**Problem details**: Nothing but the lines from the top of the following entries through the line with "Rebuilt in FreeCAD, every" should be printed, exactly as they are.
- - -
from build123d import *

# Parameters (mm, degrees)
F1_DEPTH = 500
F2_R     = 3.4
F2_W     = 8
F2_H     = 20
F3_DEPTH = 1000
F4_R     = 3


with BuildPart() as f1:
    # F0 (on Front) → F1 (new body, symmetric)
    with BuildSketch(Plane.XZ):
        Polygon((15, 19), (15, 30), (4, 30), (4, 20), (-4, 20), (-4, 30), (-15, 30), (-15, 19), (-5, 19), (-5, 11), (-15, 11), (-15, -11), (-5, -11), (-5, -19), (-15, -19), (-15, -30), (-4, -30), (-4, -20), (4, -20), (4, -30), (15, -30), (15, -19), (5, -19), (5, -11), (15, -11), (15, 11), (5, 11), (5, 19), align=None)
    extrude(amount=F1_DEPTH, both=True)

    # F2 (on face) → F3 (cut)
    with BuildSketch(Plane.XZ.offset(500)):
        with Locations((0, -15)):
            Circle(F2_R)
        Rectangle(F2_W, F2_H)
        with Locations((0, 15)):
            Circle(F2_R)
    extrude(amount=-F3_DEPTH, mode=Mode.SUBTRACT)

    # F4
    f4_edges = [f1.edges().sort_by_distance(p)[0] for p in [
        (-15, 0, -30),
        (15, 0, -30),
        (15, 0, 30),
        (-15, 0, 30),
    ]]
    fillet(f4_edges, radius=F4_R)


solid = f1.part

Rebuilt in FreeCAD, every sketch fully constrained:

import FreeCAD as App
import Part
import Sketcher
from FreeCAD import Vector
Q = App.Units.Quantity


def edges_at(feature, points):
    """Names of the edges that pass closest to the given points."""
    edges = feature.Shape.Edges
    near = lambda p: min(range(len(edges)), key=lambda i: edges[i].distToShape(Part.Vertex(*p))[0])
    return sorted({f"Edge{near(p) + 1}" for p in points})

doc = App.newDocument("Part")
body = doc.addObject("PartDesign::Body", "Body")

sketch1 = doc.addObject("Sketcher::SketchObject", "Sketch")
body.addObject(sketch1)
sketch1.AttachmentSupport = (doc.XZ_Plane, [""])
sketch1.MapMode = "FlatFace"
sketch1.addGeometry(Part.LineSegment(Vector(15, 19, 0), Vector(15, 30, 0)), False)
sketch1.addGeometry(Part.LineSegment(Vector(15, 30, 0), Vector(4, 30, 0)), False)
sketch1.addGeometry(Part.LineSegment(Vector(4, 30, 0), Vector(4, 20, 0)), False)
sketch1.addGeometry(Part.LineSegment(Vector(4, 20, 0), Vector(-4, 20, 0)), False)
sketch1.addGeometry(Part.LineSegment(Vector(-4, 20, 0), Vector(-4, 30, 0)), False)
sketch1.addGeometry(Part.LineSegment(Vector(-4, 30, 0), Vector(-15, 30, 0)), False)
sketch1.addGeometry(Part.LineSegment(Vector(-15, 30, 0), Vector(-15, 19, 0)), False)
sketch1.addGeometry(Part.LineSegment(Vector(-15, 19, 0), Vector(-5, 19, 0)), False)
sketch1.addGeometry(Part.LineSegment(Vector(-5, 19, 0), Vector(-5, 11, 0)), False)
sketch1.addGeometry(Part.LineSegment(Vector(-5, 11, 0), Vector(-15, 11, 0)), False)
sketch1.addGeometry(Part.LineSegment(Vector(-15, 11, 0), Vector(-15, -11, 0)), False)
sketch1.addGeometry(Part.LineSegment(Vector(-15, -11, 0), Vector(-5, -11, 0)), False)
sketch1.addGeometry(Part.LineSegment(Vector(-5, -11, 0), Vector(-5, -19, 0)), False)
sketch1.addGeometry(Part.LineSegment(Vector(-5, -19, 0), Vector(-15, -19, 0)), False)
sketch1.addGeometry(Part.LineSegment(Vector(-15, -19, 0), Vector(-15, -30, 0)), False)
sketch1.addGeometry(Part.LineSegment(Vector(-15, -30, 0), Vector(-4, -30, 0)), False)
sketch1.addGeometry(Part.LineSegment(Vector(-4, -30, 0), Vector(-4, -20, 0)), False)
sketch1.addGeometry(Part.LineSegment(Vector(-4, -20, 0), Vector(4, -20, 0)), False)
sketch1.addGeometry(Part.LineSegment(Vector(4, -20, 0), Vector(4, -30, 0)), False)
sketch1.addGeometry(Part.LineSegment(Vector(4, -30, 0), Vector(15, -30, 0)), False)
sketch1.addGeometry(Part.LineSegment(Vector(15, -30, 0), Vector(15, -19, 0)), False)
sketch1.addGeometry(Part.LineSegment(Vector(15, -19, 0), Vector(5, -19, 0)), False)
sketch1.addGeometry(Part.LineSegment(Vector(5, -19, 0), Vector(5, -11, 0)), False)
sketch1.addGeometry(Part.LineSegment(Vector(5, -11, 0), Vector(15, -11, 0)), False)
sketch1.addGeometry(Part.LineSegment(Vector(15, -11, 0), Vector(15, 11, 0)), False)
sketch1.addGeometry(Part.LineSegment(Vector(15, 11, 0), Vector(5, 11, 0)), False)
sketch1.addGeometry(Part.LineSegment(Vector(5, 11, 0), Vector(5, 19, 0)), False)
sketch1.addGeometry(Part.LineSegment(Vector(5, 19, 0), Vector(15, 19, 0)), False)
sketch1.addConstraint(Sketcher.Constraint("Coincident", 0, 2, 1, 1))
sketch1.addConstraint(Sketcher.Constraint("Coincident", 1, 2, 2, 1))
sketch1.addConstraint(Sketcher.Constraint("Coincident", 2, 2, 3, 1))
sketch1.addConstraint(Sketcher.Constraint("Coincident", 3, 2, 4, 1))
sketch1.addConstraint(Sketcher.Constraint("Coincident", 4, 2, 5, 1))
sketch1.addConstraint(Sketcher.Constraint("Coincident", 5, 2, 6, 1))
sketch1.addConstraint(Sketcher.Constraint("Coincident", 6, 2, 7, 1))
sketch1.addConstraint(Sketcher.Constraint("Coincident", 7, 2, 8, 1))
sketch1.addConstraint(Sketcher.Constraint("Coincident", 8, 2, 9, 1))
sketch1.addConstraint(Sketcher.Constraint("Coincident", 9, 2, 10, 1))
sketch1.addConstraint(Sketcher.Constraint("Coincident", 10, 2, 11, 1))
sketch1.addConstraint(Sketcher.Constraint("Coincident", 11, 2, 12, 1))
sketch1.addConstraint(Sketcher.Constraint("Coincident", 12, 2, 13, 1))
sketch1.addConstraint(Sketcher.Constraint("Coincident", 13, 2, 14, 1))
sketch1.addConstraint(Sketcher.Constraint("Coincident", 14, 2, 15, 1))
sketch1.addConstraint(Sketcher.Constraint("Coincident", 15, 2, 16, 1))
sketch1.addConstraint(Sketcher.Constraint("Coincident", 16, 2, 17, 1))
sketch1.addConstraint(Sketcher.Constraint("Coincident", 17, 2, 18, 1))
sketch1.addConstraint(Sketcher.Constraint("Coincident", 18, 2, 19, 1))
sketch1.addConstraint(Sketcher.Constraint("Coincident", 19, 2, 20, 1))
sketch1.addConstraint(Sketcher.Constraint("Coincident", 20, 2, 21, 1))
sketch1.addConstraint(Sketcher.Constraint("Coincident", 21, 2, 22, 1))
sketch1.addConstraint(Sketcher.Constraint("Coincident", 22, 2, 23, 1))
sketch1.addConstraint(Sketcher.Constraint("Coincident", 23, 2, 24, 1))
sketch1.addConstraint(Sketcher.Constraint("Coincident", 24, 2, 25, 1))
sketch1.addConstraint(Sketcher.Constraint("Coincident", 25, 2, 26, 1))
sketch1.addConstraint(Sketcher.Constraint("Coincident", 26, 2, 27, 1))
sketch1.addConstraint(Sketcher.Constraint("Coincident", 27, 2, 0, 1))
sketch1.addConstraint(Sketcher.Constraint("Vertical", 0))
sketch1.addConstraint(Sketcher.Constraint("Horizontal", 1))
sketch1.addConstraint(Sketcher.Constraint("Vertical", 2))
sketch1.addConstraint(Sketcher.Constraint("Horizontal", 3))
sketch1.addConstraint(Sketcher.Constraint("Vertical", 4))
sketch1.addConstraint(Sketcher.Constraint("Horizontal", 5))
sketch1.addConstraint(Sketcher.Constraint("Vertical", 6))
sketch1.addConstraint(Sketcher.Constraint("Horizontal", 7))
sketch1.addConstraint(Sketcher.Constraint("Vertical", 8))
sketch1.addConstraint(Sketcher.Constraint("Horizontal", 9))
sketch1.addConstraint(Sketcher.Constraint("Vertical", 10))
sketch1.addConstraint(Sketcher.Constraint("Horizontal", 11))
sketch1.addConstraint(Sketcher.Constraint("Vertical", 12))
sketch1.addConstraint(Sketcher.Constraint("Horizontal", 13))
sketch1.addConstraint(Sketcher.Constraint("Vertical", 14))
sketch1.addConstraint(Sketcher.Constraint("Horizontal", 15))
sketch1.addConstraint(Sketcher.Constraint("Vertical", 16))
sketch1.addConstraint(Sketcher.Constraint("Horizontal", 17))
sketch1.addConstraint(Sketcher.Constraint("Vertical", 18))
sketch1.addConstraint(Sketcher.Constraint("Horizontal", 19))
sketch1.addConstraint(Sketcher.Constraint("Vertical", 20))
sketch1.addConstraint(Sketcher.Constraint("Horizontal", 21))
sketch1.addConstraint(Sketcher.Constraint("Vertical", 22))
sketch1.addConstraint(Sketcher.Constraint("Horizontal", 23))
sketch1.addConstraint(Sketcher.Constraint("Vertical", 24))
sketch1.addConstraint(Sketcher.Constraint("Horizontal", 25))
sketch1.addConstraint(Sketcher.Constraint("Vertical", 26))
sketch1.addConstraint(Sketcher.Constraint("Horizontal", 27))
sketch1.addConstraint(Sketcher.Constraint("Symmetric", 0, 2, 14, 2, -1, 1))
sketch1.addConstraint(Sketcher.Constraint("Symmetric", 2, 2, 16, 2, -1, 1))
sketch1.addConstraint(Sketcher.Constraint("Symmetric", 4, 2, 18, 2, -1, 1))
sketch1.addConstraint(Sketcher.Constraint("Symmetric", 6, 2, 20, 2, -1, 1))
sketch1.addConstraint(Sketcher.Constraint("Symmetric", 8, 2, 22, 2, -1, 1))
sketch1.addConstraint(Sketcher.Constraint("Symmetric", 10, 2, 24, 2, -1, 1))
sketch1.addConstraint(Sketcher.Constraint("Symmetric", 12, 2, 26, 2, -1, 1))
sketch1.addConstraint(Sketcher.Constraint("Symmetric", 1, 2, 4, 2, -2))
sketch1.addConstraint(Sketcher.Constraint("Symmetric", 13, 2, 20, 2, -2))
sketch1.addConstraint(Sketcher.Constraint("Symmetric", 11, 2, 22, 2, -2))
sketch1.addConstraint(Sketcher.Constraint("Vertical", 6, 2, 9, 2))
sketch1.addConstraint(Sketcher.Constraint("Equal", 19, 0))
sketch1.addConstraint(Sketcher.Constraint("Equal", 27, 2))
sketch1.addConstraint(Sketcher.Constraint("Equal", 17, 8))
sketch1.addConstraint(Sketcher.Constraint("DistanceX", 1, 2, 1, 1, Q("11 mm")))
sketch1.addConstraint(Sketcher.Constraint("DistanceX", 3, 2, 3, 1, Q("8 mm")))
sketch1.addConstraint(Sketcher.Constraint("DistanceX", 7, 1, 7, 2, Q("10 mm")))
sketch1.addConstraint(Sketcher.Constraint("DistanceY", 10, 2, 10, 1, Q("22 mm")))
pad1 = doc.addObject("PartDesign::Pad", "Pad")
body.addObject(pad1)
pad1.Profile = sketch1
pad1.Length = 1000
pad1.Midplane = True

sketch2 = doc.addObject("Sketcher::SketchObject", "Sketch001")
body.addObject(sketch2)
sketch2.AttachmentSupport = (doc.XZ_Plane, [""])
sketch2.MapMode = "FlatFace"
sketch2.AttachmentOffset = App.Placement(Vector(0, 0, 500), App.Rotation())
sketch2.addGeometry(Part.Circle(Vector(0, -15, 0), Vector(0, 0, 1), 3.4), False)
sketch2.addGeometry(Part.LineSegment(Vector(-4, 10, 0), Vector(-4, -10, 0)), False)
sketch2.addGeometry(Part.LineSegment(Vector(-4, -10, 0), Vector(4, -10, 0)), False)
sketch2.addGeometry(Part.LineSegment(Vector(4, -10, 0), Vector(4, 10, 0)), False)
sketch2.addGeometry(Part.LineSegment(Vector(4, 10, 0), Vector(-4, 10, 0)), False)
sketch2.addGeometry(Part.Circle(Vector(0, 15, 0), Vector(0, 0, 1), 3.4), False)
sketch2.addConstraint(Sketcher.Constraint("Coincident", 1, 2, 2, 1))
sketch2.addConstraint(Sketcher.Constraint("Coincident", 2, 2, 3, 1))
sketch2.addConstraint(Sketcher.Constraint("Coincident", 3, 2, 4, 1))
sketch2.addConstraint(Sketcher.Constraint("Coincident", 4, 2, 1, 1))
sketch2.addConstraint(Sketcher.Constraint("Vertical", 1))
sketch2.addConstraint(Sketcher.Constraint("Horizontal", 2))
sketch2.addConstraint(Sketcher.Constraint("Vertical", 3))
sketch2.addConstraint(Sketcher.Constraint("Horizontal", 4))
sketch2.addConstraint(Sketcher.Constraint("Equal", 0, 5))
sketch2.addConstraint(Sketcher.Constraint("Symmetric", 0, 3, 5, 3, -1, 1))
sketch2.addConstraint(Sketcher.Constraint("Symmetric", 1, 2, 3, 2, -1, 1))
sketch2.addConstraint(Sketcher.Constraint("PointOnObject", 0, 3, -2))
sketch2.addConstraint(Sketcher.Constraint("Diameter", 0, Q("6.8 mm")))
sketch2.addConstraint(Sketcher.Constraint("DistanceX", 2, 1, 2, 2, Q("8 mm")))
sketch2.addConstraint(Sketcher.Constraint("DistanceY", 1, 2, 1, 1, Q("20 mm")))
sketch2.addConstraint(Sketcher.Constraint("DistanceY", 0, 3, -1, 1, Q("15 mm")))
pocket1 = doc.addObject("PartDesign::Pocket", "Pocket")
body.addObject(pocket1)
pocket1.Profile = sketch2
pocket1.Length = 1000
doc.recompute()

fillet = doc.addObject("PartDesign::Fillet", "Fillet")
body.addObject(fillet)
fillet.Base = (pocket1, edges_at(pocket1, [
    (-15, 0, -30),
    (15, 0, -30),
    (15, 0, 30),
    (-15, 0, 30),
]))
fillet.Radius = 3

doc.recompute()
- - -
**Answer for this exercise**:
from build123d import *

# Parameters (mm, degrees)
F1_DEPTH = 500
F2_R     = 3.4
F2_W     = 8
F2_H     = 20
F3_DEPTH = 1000
F4_R     = 3


with BuildPart() as f1:
    # F0 (on Front) → F1 (new body, symmetric)
    with BuildSketch(Plane.XZ):
        Polygon((15, 19), (15, 30), (4, 30), (4, 20), (-4, 20), (-4, 30), (-15, 30), (-15, 19), (-5, 19), (-5, 11), (-15, 11), (-15, -11), (-5, -11), (-5, -19), (-15, -19), (-15, -30), (-4, -30), (-4, -20), (4, -20), (4, -30), (15, -30), (15, -19), (5, -19), (5, -11), (15, -11), (15, 11), (5, 11), (5, 19), align=None)
    extrude(amount=F1_DEPTH, both=True)

    # F2 (on face) → F3 (cut)
    with BuildSketch(Plane.XZ.offset(500)):
        with Locations((0, -15)):
            Circle(F2_R)
        Rectangle(F2_W, F2_H)
        with Locations((0, 15)):
            Circle(F2_R)
    extrude(amount=-F3_DEPTH, mode=Mode.SUBTRACT)

    # F4
    f4_edges = [f1.edges().sort_by_distance(p)[0] for p in [
        (-15, 0, -30),
        (15, 0, -30),
        (15, 0, 30),
        (-15, 0, 30),
    ]]
    fillet(f4_edges, radius=F4_R)


solid = f1.part

Rebuilt in FreeCAD, every sketch fully constrained:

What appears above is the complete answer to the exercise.